Mohamed Darif estime, par ailleurs, que notre pays n'a pas été à l'écart de ce débat sur la lutte contre le terrorisme versus démocratie et droits de l'Homme. « Au Maroc, et précisément après les attentats du 16 mai 2003, il y a eu conflit entre les diverses branches du pouvoir, à savoir ceux qui sont favorables à une ouverture politique, à l'édification de la démocratie et au respect des droits de l'Homme et le courant des sécuritaires (qui compte aussi des politiciens) qui cherche à légitimer la régression démocratique et les abus en matière de droits de l'Homme. Selon les défenseurs de ce courant, la priorité doit être accordée à la lutte contre le terrorisme et l'intégrisme afin de préserver la société et l'ordre public », nous a-t-il indiqué. Et de poursuivre : « Après le Printemps arabe, on a commencé à parler de « l'Etat profond », un concept qui existe également en Occident et qui désigne les institutions de l'armée et du renseignement ainsi que les décideurs économiques qui orientent les politiques de tout pouvoir en place et qui tranchent en dernier lieu, puisqu'ils constituent le noyau dur du régime. Mais, ces instances ont toujours besoin d'une aide extérieure comme c'est le cas en Egypte dont le régime bénéficie de l'aide de l'administration américaine».

Notre source pense que le vrai problème réside actuellement dans l'instrumentalisation de la lutte contre le terrorisme et son exploitation exagérée notamment par les pays qui enregistrent une véritable régression démocratique.

Qu'en est-il de la démocratie au Maroc ? « En 2002, S.M le Roi avait déclaré au journal Le Figaro, en réponse à une question sur la nature du régime politique marocain, que la population vit sous une monarchie exécutive où le Roi règne et gouverne, ce qui veut dire que depuis 1956 et jusqu'en 2011 on vivait sous une monarchie exécutive. En 2011, il y a eu la volonté de mettre en place une Constitution censée faciliter la transition vers une monarchie parlementaire qui exige, cependant, des partis politiques forts et crédibles et une société civile également forte et responsable de ses choix. Le problème, c'est qu'au moment où la Loi suprême a accordé de l'importance aux partis politiques et à la société civile, on a assisté à l'émergence d'un certain discours critique et de dénigrement vis-à-vis de ces vecteurs de la médiation institutionnelle au lieu de tirer profit du corpus constitutionnel. Nous avons noté que ces critiques proviennent de l'élite comme du citoyen lambda. Il y a même des chercheurs et des politiciens qui se sont déclarés opposés à toute forme de médiation et estimé que le Roi doit gouverner seul alors que ces mêmes personnes se présentaient comme des démocrates. Ceci d'autant plus qu'il n'y a pas de démocratie sans partis politiques », nous a-t-il révélé.
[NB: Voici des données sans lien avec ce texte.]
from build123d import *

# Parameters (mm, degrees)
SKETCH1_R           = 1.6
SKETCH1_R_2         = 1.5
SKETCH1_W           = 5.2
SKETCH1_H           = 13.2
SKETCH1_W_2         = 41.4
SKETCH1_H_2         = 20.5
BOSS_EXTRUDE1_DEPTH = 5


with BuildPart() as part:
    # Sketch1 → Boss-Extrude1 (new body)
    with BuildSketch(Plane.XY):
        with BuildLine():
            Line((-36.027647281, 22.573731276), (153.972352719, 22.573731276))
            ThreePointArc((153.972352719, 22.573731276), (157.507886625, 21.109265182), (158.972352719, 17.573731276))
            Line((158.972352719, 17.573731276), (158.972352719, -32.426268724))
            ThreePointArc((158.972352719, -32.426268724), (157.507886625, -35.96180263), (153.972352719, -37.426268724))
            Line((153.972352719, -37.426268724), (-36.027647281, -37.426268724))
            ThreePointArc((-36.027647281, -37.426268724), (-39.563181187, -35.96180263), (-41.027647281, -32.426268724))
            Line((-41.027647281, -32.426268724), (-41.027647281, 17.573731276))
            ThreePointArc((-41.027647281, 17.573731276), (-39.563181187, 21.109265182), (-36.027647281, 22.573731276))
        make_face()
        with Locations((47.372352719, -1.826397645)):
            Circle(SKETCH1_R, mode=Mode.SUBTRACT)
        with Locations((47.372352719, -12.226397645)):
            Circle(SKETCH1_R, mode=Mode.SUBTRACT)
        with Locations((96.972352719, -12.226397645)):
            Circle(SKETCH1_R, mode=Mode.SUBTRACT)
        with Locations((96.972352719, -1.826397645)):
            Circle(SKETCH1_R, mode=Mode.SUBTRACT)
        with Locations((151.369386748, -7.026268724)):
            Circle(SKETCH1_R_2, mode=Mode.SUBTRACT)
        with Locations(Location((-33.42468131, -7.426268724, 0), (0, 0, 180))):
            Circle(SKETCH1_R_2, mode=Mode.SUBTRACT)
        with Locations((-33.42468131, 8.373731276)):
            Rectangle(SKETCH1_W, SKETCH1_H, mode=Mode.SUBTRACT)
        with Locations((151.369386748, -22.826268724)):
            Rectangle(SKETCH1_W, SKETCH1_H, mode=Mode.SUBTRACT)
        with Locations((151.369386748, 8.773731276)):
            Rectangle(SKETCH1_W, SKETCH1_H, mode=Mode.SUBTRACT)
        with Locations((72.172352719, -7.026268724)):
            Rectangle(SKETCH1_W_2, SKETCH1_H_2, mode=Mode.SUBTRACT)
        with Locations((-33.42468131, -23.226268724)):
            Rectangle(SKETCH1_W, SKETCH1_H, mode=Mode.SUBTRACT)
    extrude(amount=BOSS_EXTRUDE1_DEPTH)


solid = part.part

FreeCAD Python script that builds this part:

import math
import FreeCAD as App
import Part
import Sketcher
from FreeCAD import Vector
Q = App.Units.Quantity

doc = App.newDocument("Part")
params = doc.addObject("Spreadsheet::Sheet", "Params")
for row, (alias, value) in enumerate([
    ("sketch1_diameter", "3 mm"),
    ("sketch1_radius", "5 mm"),
    ("sketch1_diameter2", "3.2 mm"),
    ("sketch1_width", "190 mm"),
    ("sketch1_height", "50 mm"),
    ("pad1_length", "5 mm"),
], start=1):
    params.set(f"A{row}", alias)
    params.set(f"B{row}", "=" + value)
    params.setAlias(f"B{row}", alias)

body = doc.addObject("PartDesign::Body", "Body")

# Sketch on XY plane
sketch1 = doc.addObject("Sketcher::SketchObject", "Sketch")
body.addObject(sketch1)
sketch1.AttachmentSupport = (doc.XY_Plane, [""])
sketch1.MapMode = "FlatFace"
sketch1.addGeometry([
    Part.LineSegment(Vector(153.972353, 22.573731, 0), Vector(-36.027647, 22.573731, 0)),  # 0
    Part.ArcOfCircle(Part.Circle(Vector(-36.027647, 17.573731, 0), Vector(0, 0, 1), 5), math.radians(90), math.radians(180)),  # 1
    Part.LineSegment(Vector(-41.027647, 17.573731, 0), Vector(-41.027647, -32.426269, 0)),  # 2
    Part.ArcOfCircle(Part.Circle(Vector(-36.027647, -32.426269, 0), Vector(0, 0, 1), 5), math.radians(180), math.radians(270)),  # 3
    Part.LineSegment(Vector(-36.027647, -37.426269, 0), Vector(153.972353, -37.426269, 0)),  # 4
    Part.ArcOfCircle(Part.Circle(Vector(153.972353, -32.426269, 0), Vector(0, 0, 1), 5), math.radians(-90), math.radians(0)),  # 5
    Part.LineSegment(Vector(158.972353, -32.426269, 0), Vector(158.972353, 17.573731, 0)),  # 6
    Part.ArcOfCircle(Part.Circle(Vector(153.972353, 17.573731, 0), Vector(0, 0, 1), 5), math.radians(0), math.radians(90)),  # 7
    Part.LineSegment(Vector(148.769387, -29.426269, 0), Vector(148.769387, -16.226269, 0)),  # 8
    Part.LineSegment(Vector(148.769387, -16.226269, 0), Vector(153.969387, -16.226269, 0)),  # 9
    Part.LineSegment(Vector(153.969387, -16.226269, 0), Vector(153.969387, -29.426269, 0)),  # 10
    Part.LineSegment(Vector(153.969387, -29.426269, 0), Vector(148.769387, -29.426269, 0)),  # 11
    Part.Circle(Vector(96.972353, -12.226398, 0), Vector(0, 0, 1), 1.6),  # 12
    Part.LineSegment(Vector(-36.024681, -29.826269, 0), Vector(-36.024681, -16.626269, 0)),  # 13
    Part.LineSegment(Vector(-36.024681, -16.626269, 0), Vector(-30.824681, -16.626269, 0)),  # 14
    Part.LineSegment(Vector(-30.824681, -16.626269, 0), Vector(-30.824681, -29.826269, 0)),  # 15
    Part.LineSegment(Vector(-30.824681, -29.826269, 0), Vector(-36.024681, -29.826269, 0)),  # 16
    Part.Circle(Vector(47.372353, -12.226398, 0), Vector(0, 0, 1), 1.6),  # 17
    Part.Circle(Vector(-33.424681, -7.426269, 0), Vector(0, 0, 1), 1.5),  # 18
    Part.Circle(Vector(151.369387, -7.026269, 0), Vector(0, 0, 1), 1.5),  # 19
    Part.Circle(Vector(96.972353, -1.826398, 0), Vector(0, 0, 1), 1.6),  # 20
    Part.LineSegment(Vector(51.472353, -17.276269, 0), Vector(51.472353, 3.223731, 0)),  # 21
    Part.LineSegment(Vector(51.472353, 3.223731, 0), Vector(92.872353, 3.223731, 0)),  # 22
    Part.LineSegment(Vector(92.872353, 3.223731, 0), Vector(92.872353, -17.276269, 0)),  # 23
    Part.LineSegment(Vector(92.872353, -17.276269, 0), Vector(51.472353, -17.276269, 0)),  # 24
    Part.LineSegment(Vector(148.769387, 2.173731, 0), Vector(148.769387, 15.373731, 0)),  # 25
    Part.LineSegment(Vector(148.769387, 15.373731, 0), Vector(153.969387, 15.373731, 0)),  # 26
    Part.LineSegment(Vector(153.969387, 15.373731, 0), Vector(153.969387, 2.173731, 0)),  # 27
    Part.LineSegment(Vector(153.969387, 2.173731, 0), Vector(148.769387, 2.173731, 0)),  # 28
    Part.Circle(Vector(47.372353, -1.826398, 0), Vector(0, 0, 1), 1.6),  # 29
    Part.LineSegment(Vector(-36.024681, 1.773731, 0), Vector(-36.024681, 14.973731, 0)),  # 30
    Part.LineSegment(Vector(-36.024681, 14.973731, 0), Vector(-30.824681, 14.973731, 0)),  # 31
    Part.LineSegment(Vector(-30.824681, 14.973731, 0), Vector(-30.824681, 1.773731, 0)),  # 32
    Part.LineSegment(Vector(-30.824681, 1.773731, 0), Vector(-36.024681, 1.773731, 0)),  # 33
], False)
sketch1.addConstraint([
    Sketcher.Constraint("Tangent", 0, 2, 1, 1),
    Sketcher.Constraint("Tangent", 1, 2, 2, 1),
    Sketcher.Constraint("Tangent", 2, 2, 3, 1),
    Sketcher.Constraint("Tangent", 3, 2, 4, 1),
    Sketcher.Constraint("Tangent", 4, 2, 5, 1),
    Sketcher.Constraint("Tangent", 5, 2, 6, 1),
    Sketcher.Constraint("Tangent", 6, 2, 7, 1),
    Sketcher.Constraint("Tangent", 7, 2, 0, 1),
    Sketcher.Constraint("Coincident", 8, 2, 9, 1),
    Sketcher.Constraint("Coincident", 9, 2, 10, 1),
    Sketcher.Constraint("Coincident", 10, 2, 11, 1),
    Sketcher.Constraint("Coincident", 11, 2, 8, 1),
    Sketcher.Constraint("Coincident", 13, 2, 14, 1),
    Sketcher.Constraint("Coincident", 14, 2, 15, 1),
    Sketcher.Constraint("Coincident", 15, 2, 16, 1),
    Sketcher.Constraint("Coincident", 16, 2, 13, 1),
    Sketcher.Constraint("Coincident", 21, 2, 22, 1),
    Sketcher.Constraint("Coincident", 22, 2, 23, 1),
    Sketcher.Constraint("Coincident", 23, 2, 24, 1),
    Sketcher.Constraint("Coincident", 24, 2, 21, 1),
    Sketcher.Constraint("Coincident", 25, 2, 26, 1),
    Sketcher.Constraint("Coincident", 26, 2, 27, 1),
    Sketcher.Constraint("Coincident", 27, 2, 28, 1),
    Sketcher.Constraint("Coincident", 28, 2, 25, 1),
    Sketcher.Constraint("Coincident", 30, 2, 31, 1),
    Sketcher.Constraint("Coincident", 31, 2, 32, 1),
    Sketcher.Constraint("Coincident", 32, 2, 33, 1),
    Sketcher.Constraint("Coincident", 33, 2, 30, 1),
    Sketcher.Constraint("Horizontal", 0),
    Sketcher.Constraint("Vertical", 2),
    Sketcher.Constraint("Horizontal", 4),
    Sketcher.Constraint("Vertical", 6),
    Sketcher.Constraint("Vertical", 8),
    Sketcher.Constraint("Horizontal", 9),
    Sketcher.Constraint("Vertical", 10),
    Sketcher.Constraint("Horizontal", 11),
    Sketcher.Constraint("Vertical", 13),
    Sketcher.Constraint("Horizontal", 14),
    Sketcher.Constraint("Vertical", 15),
    Sketcher.Constraint("Horizontal", 16),
    Sketcher.Constraint("Vertical", 21),
    Sketcher.Constraint("Horizontal", 22),
    Sketcher.Constraint("Vertical", 23),
    Sketcher.Constraint("Horizontal", 24),
    Sketcher.Constraint("Vertical", 25),
    Sketcher.Constraint("Horizontal", 26),
    Sketcher.Constraint("Vertical", 27),
    Sketcher.Constraint("Horizontal", 28),
    Sketcher.Constraint("Vertical", 30),
    Sketcher.Constraint("Horizontal", 31),
    Sketcher.Constraint("Vertical", 32),
    Sketcher.Constraint("Horizontal", 33),
    Sketcher.Constraint("Equal", 1, 3),
    Sketcher.Constraint("Equal", 3, 5),
    Sketcher.Constraint("Equal", 5, 7),
    Sketcher.Constraint("Equal", 12, 17),
    Sketcher.Constraint("Equal", 18, 19),
    Sketcher.Constraint("Equal", 17, 20),
    Sketcher.Constraint("Equal", 20, 29),
    Sketcher.Constraint("Horizontal", 12, 3, 17, 3),
    Sketcher.Constraint("Horizontal", 20, 3, 29, 3),
    Sketcher.Constraint("Vertical", 12, 3, 20, 3),
    Sketcher.Constraint("Vertical", 17, 3, 29, 3),
    Sketcher.Constraint("Vertical", 11, 2, 25, 2),
    Sketcher.Constraint("Vertical", 10, 2, 26, 2),
    Sketcher.Constraint("Vertical", 16, 2, 30, 2),
    Sketcher.Constraint("Vertical", 15, 2, 31, 2),
    Sketcher.Constraint("Equal", 11, 14),
    Sketcher.Constraint("Equal", 10, 13),
    Sketcher.Constraint("Equal", 15, 25),
    Sketcher.Constraint("Equal", 27, 30),
    Sketcher.Constraint("Diameter", 18, Q("3 mm")),
    Sketcher.Constraint("Radius", 1, Q("5 mm")),
    Sketcher.Constraint("Diameter", 12, Q("3.2 mm")),
    Sketcher.Constraint("DistanceX", 0, 2, 0, 1, Q("190 mm")),
    Sketcher.Constraint("DistanceY", 2, 2, 2, 1, Q("50 mm")),
    Sketcher.Constraint("DistanceX", 9, 1, 9, 2, Q("5.2 mm")),
    Sketcher.Constraint("DistanceX", 22, 1, 22, 2, Q("41.4 mm")),
    Sketcher.Constraint("DistanceY", 8, 1, 8, 2, Q("13.2 mm")),
    Sketcher.Constraint("DistanceY", 21, 1, 21, 2, Q("20.5 mm")),
    Sketcher.Constraint("DistanceX", 12, 3, 5, 3, Q("57 mm")),
    Sketcher.Constraint("DistanceY", 18, 3, 1, 3, Q("25 mm")),
    Sketcher.Constraint("DistanceY", 5, 3, 10, 2, Q("3 mm")),
    Sketcher.Constraint("DistanceX", 17, 3, 12, 3, Q("49.6 mm")),
    Sketcher.Constraint("DistanceY", 19, 3, 7, 3, Q("24.6 mm")),
    Sketcher.Constraint("DistanceY", 12, 3, 20, 3, Q("10.4 mm")),
    Sketcher.Constraint("DistanceX", 8, 2, 19, 3, Q("2.6 mm")),
    Sketcher.Constraint("DistanceX", 13, 2, 18, 3, Q("2.6 mm")),
    Sketcher.Constraint("DistanceY", 13, 2, 18, 3, Q("9.2 mm")),
    Sketcher.Constraint("DistanceX", 29, 3, 21, 2, Q("4.1 mm")),
    Sketcher.Constraint("DistanceY", 25, 2, 7, 3, Q("2.2 mm")),
    Sketcher.Constraint("DistanceY", 30, 2, 1, 3, Q("2.6 mm")),
    Sketcher.Constraint("DistanceY", 14, 2, 21, 2, Q("19.85 mm")),
    Sketcher.Constraint("DistanceY", -1, 1, 1, 3, Q("17.573731 mm")),
    Sketcher.Constraint("DistanceX", 18, 3, -1, 1, Q("33.424681 mm")),
    Sketcher.Constraint("DistanceY", 5, 3, 12, 3, Q("20.199871 mm")),
    Sketcher.Constraint("DistanceX", 18, 3, 19, 3, Q("184.794068 mm")),
    Sketcher.Constraint("DistanceX", 1, 3, -1, 1, Q("36.027647 mm")),
])
sketch1.setExpression("Constraints[71]", "Params.sketch1_diameter")
sketch1.setExpression("Constraints[72]", "Params.sketch1_radius")
sketch1.setExpression("Constraints[73]", "Params.sketch1_diameter2")
sketch1.setExpression("Constraints[74]", "Params.sketch1_width")
sketch1.setExpression("Constraints[75]", "Params.sketch1_height")
pad1 = doc.addObject("PartDesign::Pad", "Pad")
body.addObject(pad1)
pad1.Profile = sketch1
pad1.setExpression("Length", "Params.pad1_length")

doc.recompute()
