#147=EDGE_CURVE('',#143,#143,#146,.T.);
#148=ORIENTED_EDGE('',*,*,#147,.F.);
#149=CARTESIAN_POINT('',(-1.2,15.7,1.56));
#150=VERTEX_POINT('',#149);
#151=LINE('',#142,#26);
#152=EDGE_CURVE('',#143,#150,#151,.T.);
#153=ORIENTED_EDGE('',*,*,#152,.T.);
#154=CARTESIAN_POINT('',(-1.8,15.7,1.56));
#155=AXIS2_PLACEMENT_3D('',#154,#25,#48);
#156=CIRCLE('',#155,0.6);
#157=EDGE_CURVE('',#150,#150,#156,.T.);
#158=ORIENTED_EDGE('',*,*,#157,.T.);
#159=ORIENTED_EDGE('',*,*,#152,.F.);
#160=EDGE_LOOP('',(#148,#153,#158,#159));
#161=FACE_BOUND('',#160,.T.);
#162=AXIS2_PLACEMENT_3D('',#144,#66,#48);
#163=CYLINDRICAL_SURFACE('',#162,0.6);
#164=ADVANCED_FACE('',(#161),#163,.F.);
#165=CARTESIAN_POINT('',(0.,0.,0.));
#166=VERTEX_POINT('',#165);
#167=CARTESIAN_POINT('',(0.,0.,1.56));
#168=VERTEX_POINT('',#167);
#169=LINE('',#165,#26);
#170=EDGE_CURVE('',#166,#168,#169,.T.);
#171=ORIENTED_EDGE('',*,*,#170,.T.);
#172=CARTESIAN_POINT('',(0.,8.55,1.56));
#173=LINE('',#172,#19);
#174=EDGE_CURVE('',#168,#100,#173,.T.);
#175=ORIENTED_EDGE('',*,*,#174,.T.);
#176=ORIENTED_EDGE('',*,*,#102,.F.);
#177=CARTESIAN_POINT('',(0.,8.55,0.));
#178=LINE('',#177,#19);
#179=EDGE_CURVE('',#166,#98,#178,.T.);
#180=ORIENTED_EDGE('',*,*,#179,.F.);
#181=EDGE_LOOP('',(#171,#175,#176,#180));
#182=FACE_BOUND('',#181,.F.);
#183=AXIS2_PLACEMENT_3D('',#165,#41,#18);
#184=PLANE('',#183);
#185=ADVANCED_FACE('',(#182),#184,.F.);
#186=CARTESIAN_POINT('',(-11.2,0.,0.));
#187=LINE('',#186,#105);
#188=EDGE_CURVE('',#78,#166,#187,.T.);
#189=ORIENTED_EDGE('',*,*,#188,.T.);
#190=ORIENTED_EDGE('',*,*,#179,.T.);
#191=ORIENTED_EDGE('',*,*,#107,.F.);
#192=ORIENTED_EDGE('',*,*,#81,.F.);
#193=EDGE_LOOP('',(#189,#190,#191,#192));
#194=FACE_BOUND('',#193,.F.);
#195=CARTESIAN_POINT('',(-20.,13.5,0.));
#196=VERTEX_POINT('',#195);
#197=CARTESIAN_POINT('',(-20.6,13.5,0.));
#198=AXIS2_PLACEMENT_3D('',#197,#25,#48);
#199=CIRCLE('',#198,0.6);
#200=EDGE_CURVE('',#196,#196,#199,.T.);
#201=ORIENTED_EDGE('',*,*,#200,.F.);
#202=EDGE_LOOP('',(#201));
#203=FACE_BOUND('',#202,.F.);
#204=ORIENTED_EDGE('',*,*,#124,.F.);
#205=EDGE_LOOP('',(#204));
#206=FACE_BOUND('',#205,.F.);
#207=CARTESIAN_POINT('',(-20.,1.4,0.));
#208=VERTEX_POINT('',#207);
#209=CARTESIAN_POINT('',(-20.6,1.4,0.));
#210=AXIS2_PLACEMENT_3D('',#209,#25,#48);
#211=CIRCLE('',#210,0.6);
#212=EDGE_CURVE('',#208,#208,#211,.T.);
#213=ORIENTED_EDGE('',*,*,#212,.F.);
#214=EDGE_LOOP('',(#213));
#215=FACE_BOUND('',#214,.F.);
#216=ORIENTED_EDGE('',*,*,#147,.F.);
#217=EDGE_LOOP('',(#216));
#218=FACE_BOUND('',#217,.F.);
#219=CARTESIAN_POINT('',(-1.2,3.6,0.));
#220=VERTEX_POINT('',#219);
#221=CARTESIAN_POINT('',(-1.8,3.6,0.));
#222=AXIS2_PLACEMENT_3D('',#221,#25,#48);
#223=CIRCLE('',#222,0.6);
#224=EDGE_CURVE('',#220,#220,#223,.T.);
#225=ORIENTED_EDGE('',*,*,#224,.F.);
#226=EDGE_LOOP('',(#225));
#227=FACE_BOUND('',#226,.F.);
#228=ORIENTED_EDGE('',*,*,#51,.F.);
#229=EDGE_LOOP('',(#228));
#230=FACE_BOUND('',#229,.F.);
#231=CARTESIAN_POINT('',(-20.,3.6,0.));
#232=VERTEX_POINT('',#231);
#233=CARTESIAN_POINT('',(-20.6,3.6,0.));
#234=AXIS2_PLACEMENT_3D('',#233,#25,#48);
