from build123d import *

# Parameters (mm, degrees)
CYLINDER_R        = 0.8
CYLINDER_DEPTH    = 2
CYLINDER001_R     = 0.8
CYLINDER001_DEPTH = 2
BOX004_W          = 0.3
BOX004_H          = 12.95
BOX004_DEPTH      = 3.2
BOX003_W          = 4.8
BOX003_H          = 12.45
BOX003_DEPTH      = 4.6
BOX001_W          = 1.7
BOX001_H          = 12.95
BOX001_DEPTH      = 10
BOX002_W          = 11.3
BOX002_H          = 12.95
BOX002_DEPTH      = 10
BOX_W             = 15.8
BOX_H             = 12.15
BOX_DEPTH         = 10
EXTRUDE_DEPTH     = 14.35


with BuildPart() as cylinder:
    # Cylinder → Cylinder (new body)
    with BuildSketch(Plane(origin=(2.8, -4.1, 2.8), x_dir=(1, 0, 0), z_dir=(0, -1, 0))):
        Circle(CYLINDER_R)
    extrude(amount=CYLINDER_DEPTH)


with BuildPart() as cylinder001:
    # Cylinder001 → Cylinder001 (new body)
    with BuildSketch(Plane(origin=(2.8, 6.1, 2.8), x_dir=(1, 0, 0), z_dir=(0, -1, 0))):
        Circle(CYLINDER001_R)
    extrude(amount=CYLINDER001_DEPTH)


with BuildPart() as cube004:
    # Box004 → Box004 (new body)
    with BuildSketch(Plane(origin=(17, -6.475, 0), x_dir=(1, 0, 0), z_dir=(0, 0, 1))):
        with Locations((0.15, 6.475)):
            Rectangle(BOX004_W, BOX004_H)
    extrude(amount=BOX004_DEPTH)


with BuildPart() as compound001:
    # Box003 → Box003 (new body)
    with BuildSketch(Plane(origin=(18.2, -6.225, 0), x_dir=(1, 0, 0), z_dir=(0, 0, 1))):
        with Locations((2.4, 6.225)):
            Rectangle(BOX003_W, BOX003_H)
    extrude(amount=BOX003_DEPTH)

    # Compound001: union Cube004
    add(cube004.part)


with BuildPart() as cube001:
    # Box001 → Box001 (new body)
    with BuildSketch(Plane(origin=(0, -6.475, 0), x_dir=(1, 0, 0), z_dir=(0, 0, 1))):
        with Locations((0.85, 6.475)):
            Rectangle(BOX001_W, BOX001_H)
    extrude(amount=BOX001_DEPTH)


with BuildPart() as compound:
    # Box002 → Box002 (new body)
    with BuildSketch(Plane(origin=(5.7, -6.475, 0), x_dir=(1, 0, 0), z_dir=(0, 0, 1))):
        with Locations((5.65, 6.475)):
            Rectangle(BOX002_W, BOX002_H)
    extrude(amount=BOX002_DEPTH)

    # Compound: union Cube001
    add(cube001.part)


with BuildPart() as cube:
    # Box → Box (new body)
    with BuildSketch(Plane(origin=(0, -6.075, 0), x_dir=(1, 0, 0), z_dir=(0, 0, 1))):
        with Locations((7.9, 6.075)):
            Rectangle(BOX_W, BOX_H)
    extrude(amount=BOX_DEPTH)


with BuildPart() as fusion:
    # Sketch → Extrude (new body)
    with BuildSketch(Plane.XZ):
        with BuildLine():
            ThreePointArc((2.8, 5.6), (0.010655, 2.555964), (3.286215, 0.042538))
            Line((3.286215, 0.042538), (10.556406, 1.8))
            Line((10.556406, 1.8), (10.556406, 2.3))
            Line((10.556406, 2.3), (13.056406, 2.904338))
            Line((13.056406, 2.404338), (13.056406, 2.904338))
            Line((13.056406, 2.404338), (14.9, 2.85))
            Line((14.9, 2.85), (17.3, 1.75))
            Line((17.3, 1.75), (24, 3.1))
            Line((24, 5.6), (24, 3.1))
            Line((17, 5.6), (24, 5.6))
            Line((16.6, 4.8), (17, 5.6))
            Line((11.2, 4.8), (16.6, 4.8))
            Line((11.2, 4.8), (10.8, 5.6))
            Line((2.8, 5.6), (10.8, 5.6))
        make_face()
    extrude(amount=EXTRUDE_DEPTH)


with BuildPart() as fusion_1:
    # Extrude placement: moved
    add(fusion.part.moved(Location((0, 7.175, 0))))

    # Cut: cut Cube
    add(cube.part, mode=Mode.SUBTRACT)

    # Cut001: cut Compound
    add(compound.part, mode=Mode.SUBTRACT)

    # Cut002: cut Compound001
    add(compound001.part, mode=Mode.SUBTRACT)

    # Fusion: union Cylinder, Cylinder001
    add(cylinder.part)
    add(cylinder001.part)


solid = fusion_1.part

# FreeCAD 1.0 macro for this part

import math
import FreeCAD as App
import Part
import Sketcher
from FreeCAD import Vector
Q = App.Units.Quantity

doc = App.newDocument("Part")
body = doc.addObject("PartDesign::Body", "Body")

sketch1 = doc.addObject("Sketcher::SketchObject", "Sketch")
body.addObject(sketch1)
sketch1.AttachmentSupport = (doc.XZ_Plane, [""])
sketch1.MapMode = "FlatFace"
sketch1.AttachmentOffset = App.Placement(Vector(0, 0, 4.1), App.Rotation())
sketch1.addGeometry(Part.Circle(Vector(2.8, 2.8, 0), Vector(0, 0, 1), 0.8), False)
sketch1.addConstraint([
    Sketcher.Constraint("Diameter", 0, Q("1.6 mm")),
    Sketcher.Constraint("DistanceX", -1, 1, 0, 3, Q("2.8 mm")),
    Sketcher.Constraint("DistanceY", -1, 1, 0, 3, Q("2.8 mm")),
])
pad1 = doc.addObject("PartDesign::Pad", "Pad")
body.addObject(pad1)
pad1.Profile = sketch1
pad1.Length = 2
body2 = doc.addObject("PartDesign::Body", "Body001")

sketch2 = doc.addObject("Sketcher::SketchObject", "Sketch001")
body2.addObject(sketch2)
sketch2.AttachmentSupport = (doc.getObject("XZ_Plane001"), [""])
sketch2.MapMode = "FlatFace"
sketch2.AttachmentOffset = App.Placement(Vector(0, 0, -6.1), App.Rotation())
sketch2.addGeometry(Part.Circle(Vector(2.8, 2.8, 0), Vector(0, 0, 1), 0.8), False)
sketch2.addConstraint([
    Sketcher.Constraint("Diameter", 0, Q("1.6 mm")),
    Sketcher.Constraint("DistanceX", -1, 1, 0, 3, Q("2.8 mm")),
    Sketcher.Constraint("DistanceY", -1, 1, 0, 3, Q("2.8 mm")),
])
pad2 = doc.addObject("PartDesign::Pad", "Pad001")
body2.addObject(pad2)
pad2.Profile = sketch2
pad2.Length = 2
body3 = doc.addObject("PartDesign::Body", "Body002")

sketch3 = doc.addObject("Sketcher::SketchObject", "Sketch002")
body3.addObject(sketch3)
sketch3.AttachmentSupport = (doc.getObject("XY_Plane002"), [""])
sketch3.MapMode = "FlatFace"
sketch3.addGeometry([
    Part.LineSegment(Vector(17, 6.47, 0), Vector(17, -6.47, 0)),
    Part.LineSegment(Vector(17, -6.47, 0), Vector(17.3, -6.47, 0)),
    Part.LineSegment(Vector(17.3, -6.47, 0), Vector(17.3, 6.47, 0)),
    Part.LineSegment(Vector(17.3, 6.47, 0), Vector(17, 6.47, 0)),
], False)
sketch3.addConstraint([
    Sketcher.Constraint("Coincident", 0, 2, 1, 1),
    Sketcher.Constraint("Coincident", 1, 2, 2, 1),
    Sketcher.Constraint("Coincident", 2, 2, 3, 1),
    Sketcher.Constraint("Coincident", 3, 2, 0, 1),
    Sketcher.Constraint("Vertical", 0),
    Sketcher.Constraint("Horizontal", 1),
    Sketcher.Constraint("Vertical", 2),
    Sketcher.Constraint("Horizontal", 3),
    Sketcher.Constraint("DistanceX", 1, 1, 1, 2, Q("0.3 mm")),
    Sketcher.Constraint("DistanceX", -1, 1, 0, 2, Q("17 mm")),
    Sketcher.Constraint("DistanceY", 0, 2, 0, 1, Q("12.95 mm")),
    Sketcher.Constraint("DistanceY", 0, 2, -1, 1, Q("6.475 mm")),
])
pad3 = doc.addObject("PartDesign::Pad", "Pad002")
body3.addObject(pad3)
pad3.Profile = sketch3
pad3.Length = 3.2
body4 = doc.addObject("PartDesign::Body", "Body003")
body4.AllowCompound = True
Et de conclure : « Le pire est qu'il s'agit d'un discours nihiliste qui critique tout (partis politiques, ONG, syndicats... ) et qui accorde beaucoup de légitimité à l'autoritarisme. D'ailleurs, en octobre dernier, un article du journal Le Monde avait annoncé le retour de l'autoritarisme au Maroc. Ceci d'autant plus que tout le monde parle aujourd'hui d'une régression démocratique. Le problème, c'est que certains partis participent à ce dénigrement au lieu d'assumer leurs rôles constitutionnels. La dangerosité de la conjoncture actuelle ne réside pas dans les orientations du régime, mais dans l'hégémonie de ce discours nihiliste ».